◆ **Work instruction**
Transcribe word for word the lines below from the line with "fillet3_edges = [part.edges().sort_by_distance(p)[0]" through the line with "The same part", ends included.

........

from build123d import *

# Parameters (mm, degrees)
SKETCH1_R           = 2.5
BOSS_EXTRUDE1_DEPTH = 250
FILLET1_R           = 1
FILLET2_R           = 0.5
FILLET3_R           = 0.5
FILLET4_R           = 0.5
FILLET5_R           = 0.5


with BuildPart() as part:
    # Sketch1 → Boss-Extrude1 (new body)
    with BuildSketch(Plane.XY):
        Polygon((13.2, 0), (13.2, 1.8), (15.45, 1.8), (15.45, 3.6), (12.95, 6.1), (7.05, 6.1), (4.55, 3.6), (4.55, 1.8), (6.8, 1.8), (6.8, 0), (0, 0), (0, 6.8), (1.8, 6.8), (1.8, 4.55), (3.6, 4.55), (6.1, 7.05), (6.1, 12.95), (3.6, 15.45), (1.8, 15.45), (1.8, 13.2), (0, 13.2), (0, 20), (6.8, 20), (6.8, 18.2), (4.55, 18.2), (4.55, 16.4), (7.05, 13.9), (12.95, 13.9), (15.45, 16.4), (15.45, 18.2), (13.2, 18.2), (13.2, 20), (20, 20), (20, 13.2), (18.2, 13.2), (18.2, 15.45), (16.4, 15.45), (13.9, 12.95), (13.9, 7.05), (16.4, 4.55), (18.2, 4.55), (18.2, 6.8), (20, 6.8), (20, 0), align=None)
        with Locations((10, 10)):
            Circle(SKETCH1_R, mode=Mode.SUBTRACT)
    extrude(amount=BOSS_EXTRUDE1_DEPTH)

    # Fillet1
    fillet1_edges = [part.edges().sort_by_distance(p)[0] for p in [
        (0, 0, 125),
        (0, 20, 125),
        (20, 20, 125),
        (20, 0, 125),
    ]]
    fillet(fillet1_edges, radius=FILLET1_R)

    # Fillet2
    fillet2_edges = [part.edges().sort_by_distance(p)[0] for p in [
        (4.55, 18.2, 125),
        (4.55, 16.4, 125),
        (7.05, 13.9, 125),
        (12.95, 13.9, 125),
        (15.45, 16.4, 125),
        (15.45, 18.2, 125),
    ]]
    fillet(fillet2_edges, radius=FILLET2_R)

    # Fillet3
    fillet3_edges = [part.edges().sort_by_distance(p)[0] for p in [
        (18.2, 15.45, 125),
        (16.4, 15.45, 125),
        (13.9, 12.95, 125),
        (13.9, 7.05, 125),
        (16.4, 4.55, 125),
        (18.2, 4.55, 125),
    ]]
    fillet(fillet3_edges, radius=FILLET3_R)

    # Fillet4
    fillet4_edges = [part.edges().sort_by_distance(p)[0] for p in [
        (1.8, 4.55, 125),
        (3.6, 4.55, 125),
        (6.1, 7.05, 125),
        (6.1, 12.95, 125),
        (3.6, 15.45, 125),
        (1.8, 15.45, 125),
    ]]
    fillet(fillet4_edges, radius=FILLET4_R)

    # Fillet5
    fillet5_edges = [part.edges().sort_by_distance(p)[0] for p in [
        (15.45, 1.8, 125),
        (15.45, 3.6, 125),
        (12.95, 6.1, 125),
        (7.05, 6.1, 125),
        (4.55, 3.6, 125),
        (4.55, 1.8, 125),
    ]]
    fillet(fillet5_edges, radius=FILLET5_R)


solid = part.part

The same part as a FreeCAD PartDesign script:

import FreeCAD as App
import Part
import Sketcher

V = App.Vector


def edges_at(feature, points):
    """Names of the edges that pass closest to the given points."""
    edges = feature.Shape.Edges
    near = lambda p: min(range(len(edges)), key=lambda i: edges[i].distToShape(Part.Vertex(*p))[0])
    return sorted({f"Edge{near(p) + 1}" for p in points})


def add_polygon(sketch, points):
    """Adds a closed chain of lines whose ends are joined by coincident constraints."""
    first, n = sketch.GeometryCount, len(points)
    for a, b in zip(points, points[1:] + points[:1]):
        sketch.addGeometry(Part.LineSegment(App.Vector(*a, 0), App.Vector(*b, 0)), False)
    for i in range(n):
        sketch.addConstraint(Sketcher.Constraint("Coincident", first + i, 2, first + (i + 1) % n, 1))

doc = App.newDocument("Part")
body = doc.addObject("PartDesign::Body", "Body")

# Sketch on XY plane
sketch1 = body.newObject("Sketcher::SketchObject", "Sketch")
sketch1.AttachmentSupport = (doc.getObject("XY_Plane"), [""])
sketch1.MapMode = "FlatFace"
add_polygon(sketch1, [(13.2, 1.8), (13.2, 0), (20, 0), (20, 6.8), (18.2, 6.8), (18.2, 4.5), (16.4, 4.5), (13.9, 7), (13.9, 12.9), (16.4, 15.4), (18.2, 15.4), (18.2, 13.2), (20, 13.2), (20, 20), (13.2, 20), (13.2, 18.2), (15.4, 18.2), (15.4, 16.4), (12.9, 13.9), (7, 13.9), (4.5, 16.4), (4.5, 18.2), (6.8, 18.2), (6.8, 20), (0, 20), (0, 13.2), (1.8, 13.2), (1.8, 15.4), (3.6, 15.4), (6.1, 12.9), (6.1, 7), (3.6, 4.5), (1.8, 4.5), (1.8, 6.8), (0, 6.8), (0, 0), (6.8, 0), (6.8, 1.8), (4.5, 1.8), (4.5, 3.6), (7, 6.1), (12.9, 6.1), (15.4, 3.6), (15.4, 1.8)])  # lines 0-43
sketch1.addGeometry(Part.Circle(V(10, 10, 0), V(0, 0, 1), 2.5), False)  # 44
sketch1.addConstraint([
    Sketcher.Constraint("Vertical", 0),
    Sketcher.Constraint("Horizontal", 1),
    Sketcher.Constraint("Vertical", 2),
    Sketcher.Constraint("Horizontal", 3),
    Sketcher.Constraint("Vertical", 4),
    Sketcher.Constraint("Horizontal", 5),
    Sketcher.Constraint("Vertical", 7),
    Sketcher.Constraint("Horizontal", 9),
    Sketcher.Constraint("Vertical", 10),
    Sketcher.Constraint("Horizontal", 11),
    Sketcher.Constraint("Vertical", 12),
    Sketcher.Constraint("Horizontal", 13),
    Sketcher.Constraint("Vertical", 14),
    Sketcher.Constraint("Horizontal", 15),
    Sketcher.Constraint("Vertical", 16),
    Sketcher.Constraint("Horizontal", 18),
    Sketcher.Constraint("Vertical", 20),
    Sketcher.Constraint("Horizontal", 21),
    Sketcher.Constraint("Vertical", 22),
    Sketcher.Constraint("Horizontal", 23),
    Sketcher.Constraint("Vertical", 24),
    Sketcher.Constraint("Horizontal", 25),
    Sketcher.Constraint("Vertical", 26),
    Sketcher.Constraint("Horizontal", 27),
    Sketcher.Constraint("Vertical", 29),
    Sketcher.Constraint("Horizontal", 31),
    Sketcher.Constraint("Vertical", 32),
    Sketcher.Constraint("Horizontal", 33),
    Sketcher.Constraint("Vertical", 34),
    Sketcher.Constraint("Horizontal", 35),
    Sketcher.Constraint("Vertical", 36),
    Sketcher.Constraint("Horizontal", 37),
    Sketcher.Constraint("Vertical", 38),
    Sketcher.Constraint("Horizontal", 40),
    Sketcher.Constraint("Vertical", 42),
    Sketcher.Constraint("Horizontal", 43),
    Sketcher.Constraint("Coincident", 34, 2, -1, 1),
    Sketcher.Constraint("PointOnObject", 0, 2, -1),
    Sketcher.Constraint("PointOnObject", 23, 2, -2),
    Sketcher.Constraint("Perpendicular", 6, 8),
    Sketcher.Constraint("Parallel", 8, 17),
    Sketcher.Constraint("Perpendicular", 17, 19),
    Sketcher.Constraint("Parallel", 19, 28),
    Sketcher.Constraint("Perpendicular", 28, 30),
    Sketcher.Constraint("Parallel", 30, 39),
    Sketcher.Constraint("Perpendicular", 39, 41),
    Sketcher.Constraint("Horizontal", 16, 2, 19, 2),
    Sketcher.Constraint("Horizontal", 15, 2, 20, 2),
    Sketcher.Constraint("Horizontal", 13, 2, 22, 2),
    Sketcher.Constraint("Horizontal", 11, 2, 24, 2),
    Sketcher.Constraint("Horizontal", 9, 2, 26, 2),
    Sketcher.Constraint("Horizontal", 7, 2, 28, 2),
    Sketcher.Constraint("Horizontal", 6, 2, 29, 2),
    Sketcher.Constraint("Horizontal", 5, 2, 30, 2),
    Sketcher.Constraint("Horizontal", 3, 2, 32, 2),
    Sketcher.Constraint("Horizontal", 38, 2, 41, 2),
    Sketcher.Constraint("Horizontal", 37, 2, 42, 2),
    Sketcher.Constraint("Vertical", 5, 2, 8, 2),
    Sketcher.Constraint("Vertical", 4, 2, 9, 2),
    Sketcher.Constraint("Vertical", 2, 2, 11, 2),
    Sketcher.Constraint("Vertical", 0, 2, 13, 2),
    Sketcher.Constraint("Vertical", 27, 2, 30, 2),
    Sketcher.Constraint("Vertical", 26, 2, 31, 2),
    Sketcher.Constraint("Vertical", 22, 2, 35, 2),
    Sketcher.Constraint("Vertical", 20, 2, 37, 2),
    Sketcher.Constraint("Vertical", 18, 2, 39, 2),
    Sketcher.Constraint("Vertical", 17, 2, 40, 2),
    Sketcher.Constraint("Equal", 3, 5),
    Sketcher.Constraint("Equal", 15, 21),
    Sketcher.Constraint("Equal", 13, 23),
    Sketcher.Constraint("Equal", 11, 25),
    Sketcher.Constraint("Equal", 25, 27),
    Sketcher.Constraint("Equal", 33, 0),
    Sketcher.Constraint("Equal", 35, 2),
    Sketcher.Constraint("Equal", 43, 4),
    Sketcher.Constraint("Equal", 40, 7),
    Sketcher.Constraint("Equal", 4, 10),
    Sketcher.Constraint("Equal", 2, 12),
    Sketcher.Constraint("Equal", 0, 14),
    Sketcher.Constraint("Equal", 14, 16),
    Sketcher.Constraint("Equal", 36, 38),
    Sketcher.Constraint("Equal", 8, 17),
    Sketcher.Constraint("Diameter", 44, 5.0),
    Sketcher.Constraint("DistanceX", 1, 1, 1, 2, 6.8),
    Sketcher.Constraint("DistanceX", 3, 2, 3, 1, 1.8),
    Sketcher.Constraint("DistanceX", 18, 2, 18, 1, 5.9),
    Sketcher.Constraint("DistanceX", -1, 1, 44, 3, 10.0),
    Sketcher.Constraint("DistanceY", -1, 1, 44, 3, 10.0),
    Sketcher.Constraint("DistanceX", -1, 1, 1, 2, 20.0),
    Sketcher.Constraint("DistanceX", 15, 1, 15, 2, 2.25),
])
pad1 = body.newObject("PartDesign::Pad", "Pad")
pad1.Profile = sketch1
pad1.Length = 250
doc.recompute()

fillet = body.newObject("PartDesign::Fillet", "Fillet")
fillet.Base = (pad1, edges_at(pad1, [
    (0, 0, 125),
    (0, 20, 125),
    (20, 20, 125),
    (20, 0, 125),
]))
fillet.Radius = 1
doc.recompute()

fillet2 = body.newObject("PartDesign::Fillet", "Fillet001")
fillet2.Base = (fillet, edges_at(fillet, [
    (4.55, 18.2, 125),
    (4.55, 16.4, 125),
    (7.05, 13.9, 125),
    (12.95, 13.9, 125),
    (15.45, 16.4, 125),
    (15.45, 18.2, 125),
]))
fillet2.Radius = 0.5
doc.recompute()

fillet3 = body.newObject("PartDesign::Fillet", "Fillet002")
fillet3.Base = (fillet2, edges_at(fillet2, [
    (18.2, 15.45, 125),
    (16.4, 15.45, 125),
    (13.9, 12.95, 125),
    (13.9, 7.05, 125),
    (16.4, 4.55, 125),
    (18.2, 4.55, 125),
]))
fillet3.Radius = 0.5
doc.recompute()

fillet4 = body.newObject("PartDesign::Fillet", "Fillet003")
fillet4.Base = (fillet3, edges_at(fillet3, [
    (1.8, 4.55, 125),
    (3.6, 4.55, 125),
    (6.1, 7.05, 125),
    (6.1, 12.95, 125),
    (3.6, 15.45, 125),
    (1.8, 15.45, 125),
]))
fillet4.Radius = 0.5
doc.recompute()

fillet5 = body.newObject("PartDesign::Fillet", "Fillet004")
fillet5.Base = (fillet4, edges_at(fillet4, [
    (15.45, 1.8, 125),
    (15.45, 3.6, 125),
    (12.95, 6.1, 125),
    (7.05, 6.1, 125),
    (4.55, 3.6, 125),
    (4.55, 1.8, 125),
]))
fillet5.Radius = 0.5

doc.recompute()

........

◆ **Answer section**
    fillet3_edges = [part.edges().sort_by_distance(p)[0] for p in [
        (18.2, 15.45, 125),
        (16.4, 15.45, 125),
        (13.9, 12.95, 125),
        (13.9, 7.05, 125),
        (16.4, 4.55, 125),
        (18.2, 4.55, 125),
    ]]
    fillet(fillet3_edges, radius=FILLET3_R)

    # Fillet4
    fillet4_edges = [part.edges().sort_by_distance(p)[0] for p in [
        (1.8, 4.55, 125),
        (3.6, 4.55, 125),
        (6.1, 7.05, 125),
        (6.1, 12.95, 125),
        (3.6, 15.45, 125),
        (1.8, 15.45, 125),
    ]]
    fillet(fillet4_edges, radius=FILLET4_R)

    # Fillet5
    fillet5_edges = [part.edges().sort_by_distance(p)[0] for p in [
        (15.45, 1.8, 125),
        (15.45, 3.6, 125),
        (12.95, 6.1, 125),
        (7.05, 6.1, 125),
        (4.55, 3.6, 125),
        (4.55, 1.8, 125),
    ]]
    fillet(fillet5_edges, radius=FILLET5_R)


solid = part.part

The same part as a FreeCAD PartDesign script:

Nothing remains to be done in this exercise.